Data entries
┌──

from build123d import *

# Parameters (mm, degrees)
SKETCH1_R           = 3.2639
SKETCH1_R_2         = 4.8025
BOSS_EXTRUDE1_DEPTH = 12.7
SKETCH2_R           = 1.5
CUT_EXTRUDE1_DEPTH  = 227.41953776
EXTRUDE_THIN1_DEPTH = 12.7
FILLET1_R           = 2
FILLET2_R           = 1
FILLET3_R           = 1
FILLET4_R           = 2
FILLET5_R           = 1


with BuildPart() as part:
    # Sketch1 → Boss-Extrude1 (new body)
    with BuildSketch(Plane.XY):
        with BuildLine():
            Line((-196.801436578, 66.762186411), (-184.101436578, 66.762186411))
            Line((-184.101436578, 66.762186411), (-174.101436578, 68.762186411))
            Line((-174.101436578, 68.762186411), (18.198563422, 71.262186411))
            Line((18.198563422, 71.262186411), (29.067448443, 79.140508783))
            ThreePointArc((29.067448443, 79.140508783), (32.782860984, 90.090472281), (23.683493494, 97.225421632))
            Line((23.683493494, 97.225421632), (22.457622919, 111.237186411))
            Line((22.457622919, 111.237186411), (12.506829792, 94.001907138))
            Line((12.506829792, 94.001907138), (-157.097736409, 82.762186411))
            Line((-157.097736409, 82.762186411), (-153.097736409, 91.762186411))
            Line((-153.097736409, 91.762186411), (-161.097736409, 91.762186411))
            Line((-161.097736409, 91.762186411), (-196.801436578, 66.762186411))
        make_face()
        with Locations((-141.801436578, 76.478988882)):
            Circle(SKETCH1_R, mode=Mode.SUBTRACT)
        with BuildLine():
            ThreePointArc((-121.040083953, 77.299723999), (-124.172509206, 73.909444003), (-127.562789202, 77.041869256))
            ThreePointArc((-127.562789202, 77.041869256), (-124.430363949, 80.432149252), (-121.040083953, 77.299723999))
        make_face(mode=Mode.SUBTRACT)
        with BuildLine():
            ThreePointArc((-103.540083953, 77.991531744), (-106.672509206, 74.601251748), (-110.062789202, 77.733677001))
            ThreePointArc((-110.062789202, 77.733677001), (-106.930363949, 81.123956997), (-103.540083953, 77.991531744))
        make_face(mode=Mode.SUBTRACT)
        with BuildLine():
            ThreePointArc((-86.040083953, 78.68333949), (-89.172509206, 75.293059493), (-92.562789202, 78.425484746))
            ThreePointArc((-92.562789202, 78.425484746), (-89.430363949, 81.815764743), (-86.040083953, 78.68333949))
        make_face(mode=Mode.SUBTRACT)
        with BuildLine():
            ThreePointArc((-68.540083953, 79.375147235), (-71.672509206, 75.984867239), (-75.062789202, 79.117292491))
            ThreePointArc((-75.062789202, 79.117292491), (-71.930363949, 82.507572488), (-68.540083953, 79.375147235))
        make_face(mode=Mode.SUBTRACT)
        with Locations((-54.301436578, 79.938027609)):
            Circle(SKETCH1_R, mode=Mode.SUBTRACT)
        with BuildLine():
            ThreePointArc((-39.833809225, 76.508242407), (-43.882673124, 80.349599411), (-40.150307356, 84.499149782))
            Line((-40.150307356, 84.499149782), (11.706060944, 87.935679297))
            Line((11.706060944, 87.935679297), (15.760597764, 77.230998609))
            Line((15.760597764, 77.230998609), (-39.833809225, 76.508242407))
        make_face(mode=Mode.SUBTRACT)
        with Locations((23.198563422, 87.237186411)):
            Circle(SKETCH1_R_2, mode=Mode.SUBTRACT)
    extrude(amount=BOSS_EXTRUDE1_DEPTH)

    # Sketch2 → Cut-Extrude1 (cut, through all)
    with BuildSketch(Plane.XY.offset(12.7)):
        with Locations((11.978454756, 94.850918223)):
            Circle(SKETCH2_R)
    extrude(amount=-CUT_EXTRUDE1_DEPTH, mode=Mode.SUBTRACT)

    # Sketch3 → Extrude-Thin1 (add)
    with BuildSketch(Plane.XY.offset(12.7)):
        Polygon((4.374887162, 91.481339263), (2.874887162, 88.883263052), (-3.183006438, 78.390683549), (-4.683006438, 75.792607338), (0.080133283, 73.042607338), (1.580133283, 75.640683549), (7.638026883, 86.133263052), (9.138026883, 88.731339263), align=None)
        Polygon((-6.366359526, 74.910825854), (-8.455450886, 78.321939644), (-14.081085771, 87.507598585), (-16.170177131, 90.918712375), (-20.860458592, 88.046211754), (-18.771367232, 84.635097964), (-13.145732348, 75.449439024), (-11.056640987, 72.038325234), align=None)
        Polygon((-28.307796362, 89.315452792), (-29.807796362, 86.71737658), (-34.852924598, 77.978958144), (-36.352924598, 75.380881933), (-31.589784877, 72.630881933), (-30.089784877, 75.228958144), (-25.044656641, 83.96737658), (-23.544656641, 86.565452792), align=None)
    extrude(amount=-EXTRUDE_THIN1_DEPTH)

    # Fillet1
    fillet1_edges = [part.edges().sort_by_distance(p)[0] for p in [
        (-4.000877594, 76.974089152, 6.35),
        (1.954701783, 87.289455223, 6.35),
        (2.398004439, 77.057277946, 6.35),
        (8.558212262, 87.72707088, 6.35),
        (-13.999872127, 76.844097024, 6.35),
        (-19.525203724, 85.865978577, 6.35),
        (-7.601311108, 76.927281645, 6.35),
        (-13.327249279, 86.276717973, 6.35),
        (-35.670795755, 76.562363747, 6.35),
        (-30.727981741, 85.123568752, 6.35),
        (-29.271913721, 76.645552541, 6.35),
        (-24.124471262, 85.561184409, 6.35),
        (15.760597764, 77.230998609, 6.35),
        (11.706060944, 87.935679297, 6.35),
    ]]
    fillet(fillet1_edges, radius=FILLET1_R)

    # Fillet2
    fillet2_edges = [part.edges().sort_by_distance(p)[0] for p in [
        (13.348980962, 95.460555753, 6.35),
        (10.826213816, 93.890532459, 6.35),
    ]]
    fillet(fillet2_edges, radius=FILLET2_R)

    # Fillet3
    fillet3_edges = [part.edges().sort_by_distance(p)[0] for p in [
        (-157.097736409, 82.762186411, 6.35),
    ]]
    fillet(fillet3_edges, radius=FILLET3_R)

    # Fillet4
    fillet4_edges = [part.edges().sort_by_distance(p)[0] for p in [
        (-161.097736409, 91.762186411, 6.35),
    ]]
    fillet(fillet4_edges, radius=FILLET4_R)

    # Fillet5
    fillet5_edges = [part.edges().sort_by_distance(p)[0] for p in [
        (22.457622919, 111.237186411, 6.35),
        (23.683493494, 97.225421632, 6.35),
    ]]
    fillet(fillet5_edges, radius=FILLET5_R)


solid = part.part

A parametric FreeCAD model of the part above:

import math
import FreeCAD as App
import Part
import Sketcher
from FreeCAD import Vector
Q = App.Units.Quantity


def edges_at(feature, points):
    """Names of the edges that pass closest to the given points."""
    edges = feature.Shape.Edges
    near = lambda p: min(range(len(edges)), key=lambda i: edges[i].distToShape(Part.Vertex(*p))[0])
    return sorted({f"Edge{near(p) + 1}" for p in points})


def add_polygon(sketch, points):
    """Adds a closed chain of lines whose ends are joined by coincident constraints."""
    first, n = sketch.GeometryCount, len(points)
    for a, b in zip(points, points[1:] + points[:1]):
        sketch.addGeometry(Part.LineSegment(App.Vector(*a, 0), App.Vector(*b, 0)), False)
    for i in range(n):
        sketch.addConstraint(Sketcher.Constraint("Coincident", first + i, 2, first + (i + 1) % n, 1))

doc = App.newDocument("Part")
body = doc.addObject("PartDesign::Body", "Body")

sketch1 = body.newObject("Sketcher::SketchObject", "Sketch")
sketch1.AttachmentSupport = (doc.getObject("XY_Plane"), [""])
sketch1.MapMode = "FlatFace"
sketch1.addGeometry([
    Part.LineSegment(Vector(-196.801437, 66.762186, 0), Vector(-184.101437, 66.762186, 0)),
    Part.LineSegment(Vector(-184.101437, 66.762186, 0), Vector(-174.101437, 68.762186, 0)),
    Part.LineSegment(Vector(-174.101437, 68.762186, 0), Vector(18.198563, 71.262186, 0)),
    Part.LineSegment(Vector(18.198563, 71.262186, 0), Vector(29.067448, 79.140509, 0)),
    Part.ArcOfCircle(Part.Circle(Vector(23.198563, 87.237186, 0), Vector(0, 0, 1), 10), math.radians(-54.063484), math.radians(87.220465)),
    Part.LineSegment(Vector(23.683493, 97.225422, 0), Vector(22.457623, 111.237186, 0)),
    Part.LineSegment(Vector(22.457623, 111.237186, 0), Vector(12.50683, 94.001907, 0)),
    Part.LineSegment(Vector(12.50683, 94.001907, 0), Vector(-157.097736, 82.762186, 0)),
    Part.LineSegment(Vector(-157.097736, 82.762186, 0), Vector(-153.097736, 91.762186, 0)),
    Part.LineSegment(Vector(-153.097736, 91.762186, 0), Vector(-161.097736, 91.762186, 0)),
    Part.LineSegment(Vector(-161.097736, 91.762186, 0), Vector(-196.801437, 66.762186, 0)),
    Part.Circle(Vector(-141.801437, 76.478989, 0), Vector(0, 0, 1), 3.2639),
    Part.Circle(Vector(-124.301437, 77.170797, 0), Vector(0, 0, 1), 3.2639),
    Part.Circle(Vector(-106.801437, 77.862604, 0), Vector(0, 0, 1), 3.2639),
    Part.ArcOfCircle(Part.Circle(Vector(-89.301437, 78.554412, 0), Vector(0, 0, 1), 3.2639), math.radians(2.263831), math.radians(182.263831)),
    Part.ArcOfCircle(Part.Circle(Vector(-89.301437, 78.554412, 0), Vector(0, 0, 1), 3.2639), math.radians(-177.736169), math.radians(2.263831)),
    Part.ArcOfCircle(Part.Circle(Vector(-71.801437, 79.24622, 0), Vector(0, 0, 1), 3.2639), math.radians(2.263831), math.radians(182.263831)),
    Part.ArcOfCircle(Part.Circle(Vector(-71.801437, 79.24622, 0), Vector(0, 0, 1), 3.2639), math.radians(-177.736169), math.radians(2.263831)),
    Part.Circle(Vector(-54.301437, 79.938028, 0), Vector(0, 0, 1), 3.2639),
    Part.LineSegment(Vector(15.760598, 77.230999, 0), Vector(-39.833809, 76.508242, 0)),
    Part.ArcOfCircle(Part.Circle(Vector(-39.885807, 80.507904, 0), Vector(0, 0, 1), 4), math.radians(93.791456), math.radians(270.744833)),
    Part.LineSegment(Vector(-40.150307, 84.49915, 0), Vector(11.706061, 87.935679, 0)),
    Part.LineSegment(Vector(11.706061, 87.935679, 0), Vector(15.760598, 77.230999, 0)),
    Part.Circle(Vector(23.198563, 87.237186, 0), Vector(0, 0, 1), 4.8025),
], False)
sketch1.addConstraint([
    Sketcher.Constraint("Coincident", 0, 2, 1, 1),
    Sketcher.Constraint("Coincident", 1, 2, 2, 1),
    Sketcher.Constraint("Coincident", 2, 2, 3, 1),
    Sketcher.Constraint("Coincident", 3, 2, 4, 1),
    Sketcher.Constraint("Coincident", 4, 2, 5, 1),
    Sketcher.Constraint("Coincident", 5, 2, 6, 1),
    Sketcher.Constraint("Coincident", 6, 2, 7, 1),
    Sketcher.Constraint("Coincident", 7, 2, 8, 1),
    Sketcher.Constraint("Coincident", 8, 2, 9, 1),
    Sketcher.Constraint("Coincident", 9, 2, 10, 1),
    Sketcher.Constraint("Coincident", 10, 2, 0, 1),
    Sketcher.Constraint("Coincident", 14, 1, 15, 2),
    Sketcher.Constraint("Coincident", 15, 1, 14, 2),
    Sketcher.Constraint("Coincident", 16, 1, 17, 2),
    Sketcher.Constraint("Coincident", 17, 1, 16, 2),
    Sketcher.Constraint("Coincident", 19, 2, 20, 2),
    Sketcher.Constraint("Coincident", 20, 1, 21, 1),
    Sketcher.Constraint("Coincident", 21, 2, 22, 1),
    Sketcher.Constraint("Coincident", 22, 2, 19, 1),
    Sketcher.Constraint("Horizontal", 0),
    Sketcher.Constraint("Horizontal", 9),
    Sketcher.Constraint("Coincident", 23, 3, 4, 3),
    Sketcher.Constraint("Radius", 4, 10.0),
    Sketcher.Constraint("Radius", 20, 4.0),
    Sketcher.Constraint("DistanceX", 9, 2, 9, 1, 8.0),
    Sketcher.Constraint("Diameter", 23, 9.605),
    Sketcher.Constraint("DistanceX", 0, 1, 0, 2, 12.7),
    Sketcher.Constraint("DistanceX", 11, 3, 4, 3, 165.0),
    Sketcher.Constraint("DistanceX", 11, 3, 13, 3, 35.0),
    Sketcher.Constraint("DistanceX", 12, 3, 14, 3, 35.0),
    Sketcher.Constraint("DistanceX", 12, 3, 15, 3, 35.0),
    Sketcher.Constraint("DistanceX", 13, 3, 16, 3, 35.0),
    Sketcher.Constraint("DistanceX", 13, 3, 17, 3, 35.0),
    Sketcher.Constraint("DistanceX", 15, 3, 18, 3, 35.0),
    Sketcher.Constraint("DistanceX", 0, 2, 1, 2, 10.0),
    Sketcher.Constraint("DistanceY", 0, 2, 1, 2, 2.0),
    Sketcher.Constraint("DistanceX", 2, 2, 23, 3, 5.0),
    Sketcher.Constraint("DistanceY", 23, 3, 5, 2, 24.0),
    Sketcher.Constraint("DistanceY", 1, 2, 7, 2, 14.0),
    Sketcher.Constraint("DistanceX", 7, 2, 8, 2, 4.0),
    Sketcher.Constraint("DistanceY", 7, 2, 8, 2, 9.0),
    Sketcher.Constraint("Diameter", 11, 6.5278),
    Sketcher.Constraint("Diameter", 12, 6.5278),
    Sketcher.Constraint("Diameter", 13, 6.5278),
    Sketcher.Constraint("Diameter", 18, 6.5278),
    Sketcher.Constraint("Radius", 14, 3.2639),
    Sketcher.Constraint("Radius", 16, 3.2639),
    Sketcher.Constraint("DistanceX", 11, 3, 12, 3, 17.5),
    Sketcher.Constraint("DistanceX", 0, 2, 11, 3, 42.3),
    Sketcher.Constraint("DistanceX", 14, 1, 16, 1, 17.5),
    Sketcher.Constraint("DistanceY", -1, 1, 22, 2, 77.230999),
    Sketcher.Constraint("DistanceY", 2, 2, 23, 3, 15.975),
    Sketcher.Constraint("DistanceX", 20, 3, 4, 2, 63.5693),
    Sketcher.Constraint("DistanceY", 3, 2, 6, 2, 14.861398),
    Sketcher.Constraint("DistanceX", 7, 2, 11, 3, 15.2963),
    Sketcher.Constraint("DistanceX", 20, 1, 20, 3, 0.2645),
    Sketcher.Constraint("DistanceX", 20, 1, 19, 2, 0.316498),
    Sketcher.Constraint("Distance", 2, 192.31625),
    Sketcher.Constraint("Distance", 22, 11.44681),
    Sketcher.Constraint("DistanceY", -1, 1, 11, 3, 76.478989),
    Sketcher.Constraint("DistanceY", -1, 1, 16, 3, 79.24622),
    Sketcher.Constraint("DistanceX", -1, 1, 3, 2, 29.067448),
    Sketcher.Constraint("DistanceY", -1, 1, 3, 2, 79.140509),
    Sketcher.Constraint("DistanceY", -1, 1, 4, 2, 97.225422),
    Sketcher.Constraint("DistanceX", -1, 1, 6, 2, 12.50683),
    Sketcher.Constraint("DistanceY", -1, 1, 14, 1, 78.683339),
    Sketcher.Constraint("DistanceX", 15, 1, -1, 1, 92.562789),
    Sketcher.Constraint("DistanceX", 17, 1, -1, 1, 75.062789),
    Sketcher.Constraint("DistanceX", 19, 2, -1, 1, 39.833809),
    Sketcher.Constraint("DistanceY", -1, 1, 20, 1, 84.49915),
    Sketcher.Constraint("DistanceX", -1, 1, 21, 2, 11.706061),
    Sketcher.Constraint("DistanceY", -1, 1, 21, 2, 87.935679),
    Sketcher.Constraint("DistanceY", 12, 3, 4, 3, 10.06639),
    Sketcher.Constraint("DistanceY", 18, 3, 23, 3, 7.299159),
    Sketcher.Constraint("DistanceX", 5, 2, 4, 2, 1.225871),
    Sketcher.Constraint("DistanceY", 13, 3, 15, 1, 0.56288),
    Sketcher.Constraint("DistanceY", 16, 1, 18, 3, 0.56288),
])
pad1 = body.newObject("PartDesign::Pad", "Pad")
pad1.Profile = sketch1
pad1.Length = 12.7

└──

Starting with the first line of the data above, copy each line exactly until you reach the line with "66.762186411), (-184.101436578, 66.762186411))"; include that line as well.

from build123d import *

# Parameters (mm, degrees)
SKETCH1_R           = 3.2639
SKETCH1_R_2         = 4.8025
BOSS_EXTRUDE1_DEPTH = 12.7
SKETCH2_R           = 1.5
CUT_EXTRUDE1_DEPTH  = 227.41953776
EXTRUDE_THIN1_DEPTH = 12.7
FILLET1_R           = 2
FILLET2_R           = 1
FILLET3_R           = 1
FILLET4_R           = 2
FILLET5_R           = 1


with BuildPart() as part:
    # Sketch1 → Boss-Extrude1 (new body)
    with BuildSketch(Plane.XY):
        with BuildLine():
            Line((-196.801436578, 66.762186411), (-184.101436578, 66.762186411))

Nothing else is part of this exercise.